* [TASK] From the records below, extract only the lines running from the line with "f 583 627 625" to the line with "of the holder", both lines included, reproducing them exactly.

Segment Start: GIVEN DATA

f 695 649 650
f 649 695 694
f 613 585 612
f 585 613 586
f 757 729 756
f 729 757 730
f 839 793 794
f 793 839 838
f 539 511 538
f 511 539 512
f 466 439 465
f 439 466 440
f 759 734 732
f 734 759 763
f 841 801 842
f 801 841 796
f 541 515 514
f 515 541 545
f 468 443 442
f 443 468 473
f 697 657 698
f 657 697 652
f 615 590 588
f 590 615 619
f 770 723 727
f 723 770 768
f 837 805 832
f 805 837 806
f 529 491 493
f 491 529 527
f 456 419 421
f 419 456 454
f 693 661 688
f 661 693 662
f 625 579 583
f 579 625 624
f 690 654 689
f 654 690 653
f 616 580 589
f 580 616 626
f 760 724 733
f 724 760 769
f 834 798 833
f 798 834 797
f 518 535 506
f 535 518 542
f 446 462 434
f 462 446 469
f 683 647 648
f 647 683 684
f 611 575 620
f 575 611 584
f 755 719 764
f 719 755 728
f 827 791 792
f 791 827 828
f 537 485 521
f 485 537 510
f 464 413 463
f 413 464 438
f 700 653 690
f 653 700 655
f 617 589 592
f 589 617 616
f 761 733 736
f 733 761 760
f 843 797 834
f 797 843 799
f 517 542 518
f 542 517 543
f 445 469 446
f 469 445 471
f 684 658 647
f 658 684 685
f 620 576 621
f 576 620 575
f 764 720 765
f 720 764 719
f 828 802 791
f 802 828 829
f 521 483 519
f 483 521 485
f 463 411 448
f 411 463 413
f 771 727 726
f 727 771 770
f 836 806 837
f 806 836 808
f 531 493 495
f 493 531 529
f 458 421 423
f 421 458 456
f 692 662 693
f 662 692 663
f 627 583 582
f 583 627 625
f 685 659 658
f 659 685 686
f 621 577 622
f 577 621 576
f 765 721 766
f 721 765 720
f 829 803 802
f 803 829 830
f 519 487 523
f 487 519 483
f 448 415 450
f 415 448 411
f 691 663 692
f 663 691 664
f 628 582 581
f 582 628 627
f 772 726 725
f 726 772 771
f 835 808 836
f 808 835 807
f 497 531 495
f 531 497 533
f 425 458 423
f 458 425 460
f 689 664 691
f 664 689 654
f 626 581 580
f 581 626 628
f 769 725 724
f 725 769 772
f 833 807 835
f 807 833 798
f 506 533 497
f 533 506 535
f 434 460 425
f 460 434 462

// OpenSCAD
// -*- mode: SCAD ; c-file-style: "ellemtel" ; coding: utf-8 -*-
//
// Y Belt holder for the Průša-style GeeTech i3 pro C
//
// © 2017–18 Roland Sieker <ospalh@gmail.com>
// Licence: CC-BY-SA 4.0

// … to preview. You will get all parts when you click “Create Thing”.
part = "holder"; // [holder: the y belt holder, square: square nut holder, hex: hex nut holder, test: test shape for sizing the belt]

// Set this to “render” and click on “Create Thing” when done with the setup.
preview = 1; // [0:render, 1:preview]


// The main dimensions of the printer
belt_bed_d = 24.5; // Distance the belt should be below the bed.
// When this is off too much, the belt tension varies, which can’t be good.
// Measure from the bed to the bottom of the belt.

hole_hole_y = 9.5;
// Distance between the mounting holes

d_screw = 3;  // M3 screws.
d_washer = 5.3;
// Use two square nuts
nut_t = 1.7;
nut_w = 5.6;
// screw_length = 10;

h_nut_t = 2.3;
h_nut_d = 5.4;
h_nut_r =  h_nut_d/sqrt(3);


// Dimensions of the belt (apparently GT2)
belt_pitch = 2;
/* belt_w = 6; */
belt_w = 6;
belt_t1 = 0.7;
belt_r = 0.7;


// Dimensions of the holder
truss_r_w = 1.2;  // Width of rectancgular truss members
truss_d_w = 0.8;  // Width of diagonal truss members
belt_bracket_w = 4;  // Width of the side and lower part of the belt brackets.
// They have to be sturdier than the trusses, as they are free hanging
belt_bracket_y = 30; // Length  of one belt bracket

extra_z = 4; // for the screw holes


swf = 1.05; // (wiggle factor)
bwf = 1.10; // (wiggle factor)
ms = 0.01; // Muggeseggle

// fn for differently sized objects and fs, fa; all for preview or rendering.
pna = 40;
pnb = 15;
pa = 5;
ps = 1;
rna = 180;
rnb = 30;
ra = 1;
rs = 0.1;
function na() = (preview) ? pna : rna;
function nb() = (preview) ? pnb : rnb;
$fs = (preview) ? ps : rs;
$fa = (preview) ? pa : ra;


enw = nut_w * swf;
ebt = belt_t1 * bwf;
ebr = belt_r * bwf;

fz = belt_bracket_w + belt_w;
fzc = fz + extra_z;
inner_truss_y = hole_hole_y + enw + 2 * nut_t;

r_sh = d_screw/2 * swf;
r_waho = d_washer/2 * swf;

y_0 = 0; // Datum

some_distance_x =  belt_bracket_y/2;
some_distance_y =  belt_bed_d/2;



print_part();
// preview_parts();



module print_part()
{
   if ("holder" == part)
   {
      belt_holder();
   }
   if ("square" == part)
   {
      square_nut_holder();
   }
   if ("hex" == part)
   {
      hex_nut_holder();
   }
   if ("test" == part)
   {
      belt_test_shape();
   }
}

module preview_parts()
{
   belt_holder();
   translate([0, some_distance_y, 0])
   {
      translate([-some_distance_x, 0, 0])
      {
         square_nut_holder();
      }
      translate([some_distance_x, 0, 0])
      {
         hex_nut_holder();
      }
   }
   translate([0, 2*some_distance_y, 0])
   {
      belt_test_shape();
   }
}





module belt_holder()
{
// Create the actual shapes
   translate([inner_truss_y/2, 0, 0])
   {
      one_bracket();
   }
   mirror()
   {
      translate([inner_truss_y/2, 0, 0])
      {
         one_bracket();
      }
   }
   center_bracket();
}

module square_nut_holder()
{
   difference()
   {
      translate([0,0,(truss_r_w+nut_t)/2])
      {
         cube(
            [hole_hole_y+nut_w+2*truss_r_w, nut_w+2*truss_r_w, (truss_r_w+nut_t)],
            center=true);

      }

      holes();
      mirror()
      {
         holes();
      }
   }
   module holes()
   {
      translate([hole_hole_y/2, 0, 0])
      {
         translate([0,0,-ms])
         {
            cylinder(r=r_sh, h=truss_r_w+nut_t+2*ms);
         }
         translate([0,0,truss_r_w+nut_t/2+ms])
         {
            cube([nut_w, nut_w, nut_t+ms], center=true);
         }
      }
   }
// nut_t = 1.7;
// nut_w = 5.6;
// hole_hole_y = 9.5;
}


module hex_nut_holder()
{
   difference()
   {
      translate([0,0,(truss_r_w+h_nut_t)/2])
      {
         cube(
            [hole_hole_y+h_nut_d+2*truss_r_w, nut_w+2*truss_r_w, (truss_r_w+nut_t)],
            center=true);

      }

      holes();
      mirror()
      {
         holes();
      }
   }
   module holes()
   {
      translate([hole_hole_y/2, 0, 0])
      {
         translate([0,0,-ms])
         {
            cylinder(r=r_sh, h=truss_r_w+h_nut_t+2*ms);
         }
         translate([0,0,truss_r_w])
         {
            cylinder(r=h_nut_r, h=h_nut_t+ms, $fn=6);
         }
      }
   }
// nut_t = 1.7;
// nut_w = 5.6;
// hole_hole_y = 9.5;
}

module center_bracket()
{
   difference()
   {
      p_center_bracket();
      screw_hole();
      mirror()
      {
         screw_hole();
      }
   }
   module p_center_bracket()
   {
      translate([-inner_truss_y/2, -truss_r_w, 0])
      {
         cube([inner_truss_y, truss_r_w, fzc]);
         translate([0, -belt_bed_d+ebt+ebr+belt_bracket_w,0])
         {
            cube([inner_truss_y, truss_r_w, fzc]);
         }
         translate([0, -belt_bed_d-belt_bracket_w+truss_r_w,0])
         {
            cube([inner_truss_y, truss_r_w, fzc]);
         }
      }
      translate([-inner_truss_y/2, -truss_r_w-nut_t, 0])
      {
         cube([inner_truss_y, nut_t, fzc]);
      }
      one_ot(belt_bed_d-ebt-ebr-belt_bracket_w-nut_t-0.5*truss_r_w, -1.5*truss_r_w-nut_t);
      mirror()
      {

Segment End: GIVEN DATA
Segment Start: GIVEN DATA

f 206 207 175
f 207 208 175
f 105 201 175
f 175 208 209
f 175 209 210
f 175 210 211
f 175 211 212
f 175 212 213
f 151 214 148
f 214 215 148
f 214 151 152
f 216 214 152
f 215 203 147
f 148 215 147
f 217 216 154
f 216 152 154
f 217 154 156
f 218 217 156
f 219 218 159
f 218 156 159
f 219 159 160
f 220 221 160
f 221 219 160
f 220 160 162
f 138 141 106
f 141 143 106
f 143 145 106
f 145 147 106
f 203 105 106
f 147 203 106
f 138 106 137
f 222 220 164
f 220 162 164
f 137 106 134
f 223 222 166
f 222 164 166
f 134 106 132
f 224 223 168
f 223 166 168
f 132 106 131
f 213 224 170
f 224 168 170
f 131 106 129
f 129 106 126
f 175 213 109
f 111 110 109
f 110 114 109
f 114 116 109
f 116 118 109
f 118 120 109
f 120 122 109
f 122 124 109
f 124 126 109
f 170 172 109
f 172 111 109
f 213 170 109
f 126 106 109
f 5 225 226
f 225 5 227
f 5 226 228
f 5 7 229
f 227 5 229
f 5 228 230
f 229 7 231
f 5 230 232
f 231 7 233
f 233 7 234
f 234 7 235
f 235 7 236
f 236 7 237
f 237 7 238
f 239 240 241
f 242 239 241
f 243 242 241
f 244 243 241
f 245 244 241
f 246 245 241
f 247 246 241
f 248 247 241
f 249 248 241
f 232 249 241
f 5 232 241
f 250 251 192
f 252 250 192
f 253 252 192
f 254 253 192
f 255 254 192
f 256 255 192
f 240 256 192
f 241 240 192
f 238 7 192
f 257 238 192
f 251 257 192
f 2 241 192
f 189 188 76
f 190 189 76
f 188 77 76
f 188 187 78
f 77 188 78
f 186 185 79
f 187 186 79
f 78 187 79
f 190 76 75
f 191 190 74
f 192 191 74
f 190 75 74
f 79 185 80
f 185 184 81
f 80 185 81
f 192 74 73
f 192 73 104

Segment End: GIVEN DATA
Segment Start: GIVEN DATA

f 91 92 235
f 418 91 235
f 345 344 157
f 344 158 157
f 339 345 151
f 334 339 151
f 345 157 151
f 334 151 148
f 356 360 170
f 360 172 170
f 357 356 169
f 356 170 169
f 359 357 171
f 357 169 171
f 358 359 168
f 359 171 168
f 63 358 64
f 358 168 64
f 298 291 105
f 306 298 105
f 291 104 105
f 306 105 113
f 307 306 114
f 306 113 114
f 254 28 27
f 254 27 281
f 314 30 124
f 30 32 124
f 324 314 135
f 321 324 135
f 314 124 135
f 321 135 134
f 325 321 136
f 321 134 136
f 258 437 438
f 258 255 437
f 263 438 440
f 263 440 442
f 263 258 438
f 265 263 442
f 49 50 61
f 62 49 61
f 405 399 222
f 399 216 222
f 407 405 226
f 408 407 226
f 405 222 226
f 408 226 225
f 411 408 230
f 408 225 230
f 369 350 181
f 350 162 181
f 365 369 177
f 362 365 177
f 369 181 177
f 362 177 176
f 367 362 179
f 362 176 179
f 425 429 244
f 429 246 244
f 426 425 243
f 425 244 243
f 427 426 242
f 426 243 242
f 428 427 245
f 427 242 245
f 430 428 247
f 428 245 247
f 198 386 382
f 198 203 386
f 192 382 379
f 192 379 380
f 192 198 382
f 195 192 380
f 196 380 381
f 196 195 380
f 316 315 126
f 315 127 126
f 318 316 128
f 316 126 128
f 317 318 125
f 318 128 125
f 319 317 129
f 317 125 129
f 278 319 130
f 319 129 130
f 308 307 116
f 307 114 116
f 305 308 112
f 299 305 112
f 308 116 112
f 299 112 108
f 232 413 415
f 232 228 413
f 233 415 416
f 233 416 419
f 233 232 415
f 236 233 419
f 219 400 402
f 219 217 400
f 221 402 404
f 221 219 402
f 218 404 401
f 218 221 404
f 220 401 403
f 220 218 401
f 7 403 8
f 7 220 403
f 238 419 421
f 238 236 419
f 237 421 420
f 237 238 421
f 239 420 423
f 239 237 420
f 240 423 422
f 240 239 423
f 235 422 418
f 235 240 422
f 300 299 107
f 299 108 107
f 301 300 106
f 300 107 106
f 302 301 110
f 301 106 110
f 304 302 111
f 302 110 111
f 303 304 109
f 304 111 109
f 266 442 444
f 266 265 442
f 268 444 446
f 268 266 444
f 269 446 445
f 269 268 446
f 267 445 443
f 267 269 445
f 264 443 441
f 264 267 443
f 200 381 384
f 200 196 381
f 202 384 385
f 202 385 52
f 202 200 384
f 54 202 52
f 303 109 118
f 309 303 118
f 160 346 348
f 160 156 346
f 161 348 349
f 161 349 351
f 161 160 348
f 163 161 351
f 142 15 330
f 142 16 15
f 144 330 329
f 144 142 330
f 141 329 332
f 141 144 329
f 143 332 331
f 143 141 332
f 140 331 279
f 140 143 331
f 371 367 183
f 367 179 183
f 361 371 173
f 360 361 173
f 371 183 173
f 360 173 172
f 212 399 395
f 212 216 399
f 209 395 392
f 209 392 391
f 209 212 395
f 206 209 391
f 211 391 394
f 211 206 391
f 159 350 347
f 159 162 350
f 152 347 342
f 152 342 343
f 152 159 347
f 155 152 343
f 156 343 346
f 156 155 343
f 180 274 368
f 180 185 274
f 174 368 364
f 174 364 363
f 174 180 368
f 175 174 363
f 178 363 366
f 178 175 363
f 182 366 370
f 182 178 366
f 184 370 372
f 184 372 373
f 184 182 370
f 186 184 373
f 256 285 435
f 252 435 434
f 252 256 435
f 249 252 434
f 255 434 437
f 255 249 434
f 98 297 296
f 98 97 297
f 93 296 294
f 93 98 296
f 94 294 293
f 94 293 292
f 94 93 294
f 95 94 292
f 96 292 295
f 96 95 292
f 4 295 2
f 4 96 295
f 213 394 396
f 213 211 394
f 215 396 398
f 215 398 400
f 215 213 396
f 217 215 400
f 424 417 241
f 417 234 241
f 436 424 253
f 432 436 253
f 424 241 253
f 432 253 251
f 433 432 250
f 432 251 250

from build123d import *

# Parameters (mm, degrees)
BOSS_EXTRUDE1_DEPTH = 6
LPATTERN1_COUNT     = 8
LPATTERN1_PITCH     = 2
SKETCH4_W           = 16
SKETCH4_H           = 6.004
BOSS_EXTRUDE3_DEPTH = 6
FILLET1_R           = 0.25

Segment End: GIVEN DATA

* [SOLUTION TO THIS EXERCISE]
f 583 627 625
f 685 659 658
f 659 685 686
f 621 577 622
f 577 621 576
f 765 721 766
f 721 765 720
f 829 803 802
f 803 829 830
f 519 487 523
f 487 519 483
f 448 415 450
f 415 448 411
f 691 663 692
f 663 691 664
f 628 582 581
f 582 628 627
f 772 726 725
f 726 772 771
f 835 808 836
f 808 835 807
f 497 531 495
f 531 497 533
f 425 458 423
f 458 425 460
f 689 664 691
f 664 689 654
f 626 581 580
f 581 626 628
f 769 725 724
f 725 769 772
f 833 807 835
f 807 833 798
f 506 533 497
f 533 506 535
f 434 460 425
f 460 434 462

// OpenSCAD
// -*- mode: SCAD ; c-file-style: "ellemtel" ; coding: utf-8 -*-
//
// Y Belt holder for the Průša-style GeeTech i3 pro C
//
// © 2017–18 Roland Sieker <ospalh@gmail.com>
// Licence: CC-BY-SA 4.0

// … to preview. You will get all parts when you click “Create Thing”.
part = "holder"; // [holder: the y belt holder, square: square nut holder, hex: hex nut holder, test: test shape for sizing the belt]

// Set this to “render” and click on “Create Thing” when done with the setup.
preview = 1; // [0:render, 1:preview]


// The main dimensions of the printer
belt_bed_d = 24.5; // Distance the belt should be below the bed.
// When this is off too much, the belt tension varies, which can’t be good.
// Measure from the bed to the bottom of the belt.

hole_hole_y = 9.5;
// Distance between the mounting holes

d_screw = 3;  // M3 screws.
d_washer = 5.3;
// Use two square nuts
nut_t = 1.7;
nut_w = 5.6;
// screw_length = 10;

h_nut_t = 2.3;
h_nut_d = 5.4;
h_nut_r =  h_nut_d/sqrt(3);


// Dimensions of the belt (apparently GT2)
belt_pitch = 2;
/* belt_w = 6; */
belt_w = 6;
belt_t1 = 0.7;
belt_r = 0.7;


// Dimensions of the holder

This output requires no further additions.